------ EXTRACTED RECORDS

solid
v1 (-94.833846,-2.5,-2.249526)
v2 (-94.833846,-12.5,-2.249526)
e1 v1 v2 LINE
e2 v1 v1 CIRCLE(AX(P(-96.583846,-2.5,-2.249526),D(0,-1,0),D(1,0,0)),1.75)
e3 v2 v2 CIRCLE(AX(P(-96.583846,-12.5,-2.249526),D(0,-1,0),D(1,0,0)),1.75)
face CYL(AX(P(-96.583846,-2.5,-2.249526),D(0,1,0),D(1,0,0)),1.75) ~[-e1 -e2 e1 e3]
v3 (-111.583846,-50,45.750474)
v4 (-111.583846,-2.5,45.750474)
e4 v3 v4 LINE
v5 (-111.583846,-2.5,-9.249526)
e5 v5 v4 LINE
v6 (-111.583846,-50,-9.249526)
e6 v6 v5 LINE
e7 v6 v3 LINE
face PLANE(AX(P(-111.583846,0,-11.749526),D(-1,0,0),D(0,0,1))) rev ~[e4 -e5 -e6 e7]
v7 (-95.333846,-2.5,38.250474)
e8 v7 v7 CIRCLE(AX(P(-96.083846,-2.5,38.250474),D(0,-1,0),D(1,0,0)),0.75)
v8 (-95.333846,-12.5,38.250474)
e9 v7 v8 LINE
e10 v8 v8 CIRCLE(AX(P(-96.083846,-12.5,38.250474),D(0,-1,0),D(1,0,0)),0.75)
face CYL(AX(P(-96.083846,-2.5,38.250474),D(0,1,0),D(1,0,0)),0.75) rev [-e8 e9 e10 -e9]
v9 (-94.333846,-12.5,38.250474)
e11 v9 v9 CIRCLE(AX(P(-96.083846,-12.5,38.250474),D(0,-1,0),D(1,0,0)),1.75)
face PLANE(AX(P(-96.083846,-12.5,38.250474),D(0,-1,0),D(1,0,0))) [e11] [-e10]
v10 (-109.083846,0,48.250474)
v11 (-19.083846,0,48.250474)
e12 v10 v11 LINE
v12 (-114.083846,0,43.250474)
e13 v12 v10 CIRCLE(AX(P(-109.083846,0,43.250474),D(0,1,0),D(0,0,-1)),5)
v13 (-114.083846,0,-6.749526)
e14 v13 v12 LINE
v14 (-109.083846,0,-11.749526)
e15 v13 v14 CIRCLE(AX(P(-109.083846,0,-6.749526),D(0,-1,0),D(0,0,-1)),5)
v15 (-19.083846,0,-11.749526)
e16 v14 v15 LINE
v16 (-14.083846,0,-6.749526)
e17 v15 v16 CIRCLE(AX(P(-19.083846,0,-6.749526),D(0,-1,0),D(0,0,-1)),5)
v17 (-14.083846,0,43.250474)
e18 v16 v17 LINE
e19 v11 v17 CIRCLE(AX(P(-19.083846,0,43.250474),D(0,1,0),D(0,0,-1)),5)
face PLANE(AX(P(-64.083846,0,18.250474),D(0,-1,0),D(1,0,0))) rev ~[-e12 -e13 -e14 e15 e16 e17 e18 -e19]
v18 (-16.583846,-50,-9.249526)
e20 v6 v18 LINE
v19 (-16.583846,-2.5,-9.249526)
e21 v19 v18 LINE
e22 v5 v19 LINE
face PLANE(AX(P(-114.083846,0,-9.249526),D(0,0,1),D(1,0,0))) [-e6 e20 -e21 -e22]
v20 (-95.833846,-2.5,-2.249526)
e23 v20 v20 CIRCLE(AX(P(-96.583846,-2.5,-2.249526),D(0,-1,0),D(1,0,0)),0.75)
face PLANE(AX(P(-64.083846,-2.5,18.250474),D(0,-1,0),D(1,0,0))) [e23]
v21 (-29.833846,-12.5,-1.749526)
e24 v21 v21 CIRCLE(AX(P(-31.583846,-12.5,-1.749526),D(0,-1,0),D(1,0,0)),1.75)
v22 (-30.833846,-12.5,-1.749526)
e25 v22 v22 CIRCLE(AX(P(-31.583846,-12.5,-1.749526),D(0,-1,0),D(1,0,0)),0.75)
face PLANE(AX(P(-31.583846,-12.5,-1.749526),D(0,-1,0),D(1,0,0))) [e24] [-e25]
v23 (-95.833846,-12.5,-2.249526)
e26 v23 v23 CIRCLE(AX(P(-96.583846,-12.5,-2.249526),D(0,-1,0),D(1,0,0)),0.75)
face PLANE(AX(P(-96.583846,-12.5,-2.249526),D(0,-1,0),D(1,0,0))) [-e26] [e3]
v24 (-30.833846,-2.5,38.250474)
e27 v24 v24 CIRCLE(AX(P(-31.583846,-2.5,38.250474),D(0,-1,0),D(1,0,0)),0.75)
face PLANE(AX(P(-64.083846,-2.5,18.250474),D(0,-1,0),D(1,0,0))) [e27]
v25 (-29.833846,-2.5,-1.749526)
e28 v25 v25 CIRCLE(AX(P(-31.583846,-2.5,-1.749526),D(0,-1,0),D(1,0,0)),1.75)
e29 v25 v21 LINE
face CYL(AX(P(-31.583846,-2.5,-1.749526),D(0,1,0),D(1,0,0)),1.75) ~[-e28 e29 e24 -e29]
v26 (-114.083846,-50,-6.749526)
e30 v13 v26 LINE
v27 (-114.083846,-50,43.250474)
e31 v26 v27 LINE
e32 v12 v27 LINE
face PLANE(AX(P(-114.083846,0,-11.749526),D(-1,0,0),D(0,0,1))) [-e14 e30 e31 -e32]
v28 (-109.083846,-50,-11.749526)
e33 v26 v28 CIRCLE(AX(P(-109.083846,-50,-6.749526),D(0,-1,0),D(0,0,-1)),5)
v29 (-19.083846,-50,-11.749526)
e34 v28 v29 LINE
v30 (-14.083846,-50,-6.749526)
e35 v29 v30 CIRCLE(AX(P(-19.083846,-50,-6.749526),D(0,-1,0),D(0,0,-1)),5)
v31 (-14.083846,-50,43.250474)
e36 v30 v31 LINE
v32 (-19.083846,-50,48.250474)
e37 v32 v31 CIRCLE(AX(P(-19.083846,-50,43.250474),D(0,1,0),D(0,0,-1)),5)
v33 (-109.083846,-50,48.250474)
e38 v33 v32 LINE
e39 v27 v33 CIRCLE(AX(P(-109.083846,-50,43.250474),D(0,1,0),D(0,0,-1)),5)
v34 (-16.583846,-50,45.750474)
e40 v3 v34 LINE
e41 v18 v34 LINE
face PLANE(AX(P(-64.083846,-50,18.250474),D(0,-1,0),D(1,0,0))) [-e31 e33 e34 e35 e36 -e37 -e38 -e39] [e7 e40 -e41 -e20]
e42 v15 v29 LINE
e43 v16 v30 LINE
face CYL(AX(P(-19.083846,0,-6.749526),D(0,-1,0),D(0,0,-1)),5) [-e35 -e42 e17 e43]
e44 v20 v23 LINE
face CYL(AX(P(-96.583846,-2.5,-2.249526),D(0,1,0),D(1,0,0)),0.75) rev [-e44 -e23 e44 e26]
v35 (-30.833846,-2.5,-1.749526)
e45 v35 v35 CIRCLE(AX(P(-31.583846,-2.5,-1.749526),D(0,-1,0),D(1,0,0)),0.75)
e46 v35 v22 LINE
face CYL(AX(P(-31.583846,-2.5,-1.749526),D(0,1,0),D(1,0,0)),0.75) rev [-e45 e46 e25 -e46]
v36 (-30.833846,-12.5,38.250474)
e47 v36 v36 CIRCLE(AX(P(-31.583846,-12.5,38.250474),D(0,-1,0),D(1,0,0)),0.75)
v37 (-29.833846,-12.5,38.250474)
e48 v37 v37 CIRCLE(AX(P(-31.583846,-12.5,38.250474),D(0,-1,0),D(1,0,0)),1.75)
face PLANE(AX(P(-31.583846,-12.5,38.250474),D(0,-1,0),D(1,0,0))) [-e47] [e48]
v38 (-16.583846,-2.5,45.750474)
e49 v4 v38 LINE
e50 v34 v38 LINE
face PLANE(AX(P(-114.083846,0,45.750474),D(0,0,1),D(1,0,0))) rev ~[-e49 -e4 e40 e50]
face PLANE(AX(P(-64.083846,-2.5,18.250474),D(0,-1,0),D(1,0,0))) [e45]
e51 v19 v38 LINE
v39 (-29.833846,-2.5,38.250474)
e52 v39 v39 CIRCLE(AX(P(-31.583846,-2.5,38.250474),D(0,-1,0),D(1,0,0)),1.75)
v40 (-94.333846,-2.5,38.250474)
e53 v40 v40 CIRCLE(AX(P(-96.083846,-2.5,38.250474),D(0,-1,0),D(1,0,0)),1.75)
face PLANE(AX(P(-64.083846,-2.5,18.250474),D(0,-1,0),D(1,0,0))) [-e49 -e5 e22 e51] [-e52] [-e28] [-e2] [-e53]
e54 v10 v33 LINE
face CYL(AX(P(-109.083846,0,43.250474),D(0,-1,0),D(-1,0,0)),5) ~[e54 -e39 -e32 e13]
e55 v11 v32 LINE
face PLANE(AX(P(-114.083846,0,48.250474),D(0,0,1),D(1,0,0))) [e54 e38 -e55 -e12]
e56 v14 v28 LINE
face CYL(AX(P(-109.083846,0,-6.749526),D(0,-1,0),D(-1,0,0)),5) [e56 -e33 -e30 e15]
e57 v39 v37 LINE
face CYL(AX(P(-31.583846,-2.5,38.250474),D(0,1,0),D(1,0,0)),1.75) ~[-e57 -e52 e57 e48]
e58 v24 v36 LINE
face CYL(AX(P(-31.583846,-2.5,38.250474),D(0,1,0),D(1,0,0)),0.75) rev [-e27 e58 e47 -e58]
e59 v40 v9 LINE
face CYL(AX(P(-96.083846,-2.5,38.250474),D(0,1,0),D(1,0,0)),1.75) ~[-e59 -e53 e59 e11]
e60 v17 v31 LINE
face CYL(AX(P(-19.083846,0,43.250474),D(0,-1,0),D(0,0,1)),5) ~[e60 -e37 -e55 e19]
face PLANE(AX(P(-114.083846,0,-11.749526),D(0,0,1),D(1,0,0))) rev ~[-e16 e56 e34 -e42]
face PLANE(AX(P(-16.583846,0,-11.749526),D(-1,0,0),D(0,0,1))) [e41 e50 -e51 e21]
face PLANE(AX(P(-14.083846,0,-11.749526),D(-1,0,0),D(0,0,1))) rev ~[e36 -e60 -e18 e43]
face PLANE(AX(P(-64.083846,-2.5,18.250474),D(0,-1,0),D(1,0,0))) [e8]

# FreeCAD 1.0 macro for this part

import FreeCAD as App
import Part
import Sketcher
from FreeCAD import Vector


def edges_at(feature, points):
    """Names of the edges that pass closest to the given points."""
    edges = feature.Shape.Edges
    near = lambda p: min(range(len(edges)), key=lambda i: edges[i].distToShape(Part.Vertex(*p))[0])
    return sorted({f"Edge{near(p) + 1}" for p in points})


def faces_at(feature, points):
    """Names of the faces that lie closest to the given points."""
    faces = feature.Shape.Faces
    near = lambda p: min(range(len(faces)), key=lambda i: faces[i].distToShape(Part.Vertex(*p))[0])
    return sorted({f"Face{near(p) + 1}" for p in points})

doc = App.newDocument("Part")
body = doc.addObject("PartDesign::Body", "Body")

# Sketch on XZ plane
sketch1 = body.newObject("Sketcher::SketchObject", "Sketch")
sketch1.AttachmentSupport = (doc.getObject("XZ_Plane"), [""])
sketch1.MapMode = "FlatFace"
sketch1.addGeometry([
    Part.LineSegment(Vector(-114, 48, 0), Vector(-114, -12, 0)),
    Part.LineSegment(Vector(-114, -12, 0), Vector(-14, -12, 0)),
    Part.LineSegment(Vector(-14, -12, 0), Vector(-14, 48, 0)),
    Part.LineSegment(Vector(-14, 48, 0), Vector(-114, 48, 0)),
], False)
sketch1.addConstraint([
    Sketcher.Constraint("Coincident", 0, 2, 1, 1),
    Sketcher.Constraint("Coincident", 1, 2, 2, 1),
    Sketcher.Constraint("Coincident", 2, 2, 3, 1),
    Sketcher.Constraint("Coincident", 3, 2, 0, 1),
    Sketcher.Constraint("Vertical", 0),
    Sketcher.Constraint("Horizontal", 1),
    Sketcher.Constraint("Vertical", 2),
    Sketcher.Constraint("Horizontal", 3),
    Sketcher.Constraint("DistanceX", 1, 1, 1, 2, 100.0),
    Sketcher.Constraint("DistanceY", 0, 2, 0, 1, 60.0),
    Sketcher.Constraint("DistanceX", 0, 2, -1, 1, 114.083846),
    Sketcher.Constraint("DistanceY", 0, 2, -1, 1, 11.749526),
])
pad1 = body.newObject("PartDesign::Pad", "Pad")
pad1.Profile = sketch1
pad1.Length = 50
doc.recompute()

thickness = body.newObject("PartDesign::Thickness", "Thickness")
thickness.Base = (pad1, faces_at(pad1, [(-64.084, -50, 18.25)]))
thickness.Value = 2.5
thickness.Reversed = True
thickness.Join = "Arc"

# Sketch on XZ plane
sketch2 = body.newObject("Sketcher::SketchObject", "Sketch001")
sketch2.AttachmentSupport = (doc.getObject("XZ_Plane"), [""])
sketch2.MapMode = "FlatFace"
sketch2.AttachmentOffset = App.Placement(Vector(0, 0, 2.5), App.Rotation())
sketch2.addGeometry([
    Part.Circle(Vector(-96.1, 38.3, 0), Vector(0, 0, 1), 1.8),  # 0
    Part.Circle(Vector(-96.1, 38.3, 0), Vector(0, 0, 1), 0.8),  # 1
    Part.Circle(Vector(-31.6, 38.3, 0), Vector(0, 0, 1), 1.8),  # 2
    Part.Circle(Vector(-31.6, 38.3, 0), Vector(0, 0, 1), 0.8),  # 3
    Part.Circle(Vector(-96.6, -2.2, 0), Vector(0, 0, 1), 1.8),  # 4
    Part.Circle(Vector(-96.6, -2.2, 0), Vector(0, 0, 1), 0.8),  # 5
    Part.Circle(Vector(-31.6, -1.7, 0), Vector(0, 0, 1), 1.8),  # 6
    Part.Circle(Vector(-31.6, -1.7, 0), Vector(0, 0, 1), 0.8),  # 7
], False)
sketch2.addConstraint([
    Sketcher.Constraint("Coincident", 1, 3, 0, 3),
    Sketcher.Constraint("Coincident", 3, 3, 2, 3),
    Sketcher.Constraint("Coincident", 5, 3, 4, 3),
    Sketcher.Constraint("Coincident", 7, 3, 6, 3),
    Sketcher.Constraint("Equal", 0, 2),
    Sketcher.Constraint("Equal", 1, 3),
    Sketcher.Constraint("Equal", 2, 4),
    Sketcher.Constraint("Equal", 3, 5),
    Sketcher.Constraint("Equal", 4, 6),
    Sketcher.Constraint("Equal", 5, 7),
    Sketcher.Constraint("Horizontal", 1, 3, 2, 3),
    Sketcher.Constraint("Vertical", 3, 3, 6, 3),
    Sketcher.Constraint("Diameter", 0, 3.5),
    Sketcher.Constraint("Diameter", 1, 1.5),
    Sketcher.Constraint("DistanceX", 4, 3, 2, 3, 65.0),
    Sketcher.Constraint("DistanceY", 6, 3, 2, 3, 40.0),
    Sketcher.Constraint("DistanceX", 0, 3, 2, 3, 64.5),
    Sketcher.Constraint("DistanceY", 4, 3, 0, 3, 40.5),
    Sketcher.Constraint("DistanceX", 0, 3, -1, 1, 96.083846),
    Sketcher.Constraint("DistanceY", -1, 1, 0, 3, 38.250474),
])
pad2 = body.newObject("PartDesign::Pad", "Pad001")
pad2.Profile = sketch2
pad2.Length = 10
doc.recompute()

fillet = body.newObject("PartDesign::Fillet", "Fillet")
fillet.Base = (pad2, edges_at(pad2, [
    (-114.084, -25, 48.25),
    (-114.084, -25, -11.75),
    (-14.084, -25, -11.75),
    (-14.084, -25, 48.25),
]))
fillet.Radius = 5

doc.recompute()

------------

## TASK
From the entries above, write out only the lines starting at the line that holds "e30 e31 -e32]" and ending at the line that holds "e34 v28 v29 LINE", keeping both and matching them exactly.

## THE COMPLETED TASK
face PLANE(AX(P(-114.083846,0,-11.749526),D(-1,0,0),D(0,0,1))) [-e14 e30 e31 -e32]
v28 (-109.083846,-50,-11.749526)
e33 v26 v28 CIRCLE(AX(P(-109.083846,-50,-6.749526),D(0,-1,0),D(0,0,-1)),5)
v29 (-19.083846,-50,-11.749526)
e34 v28 v29 LINE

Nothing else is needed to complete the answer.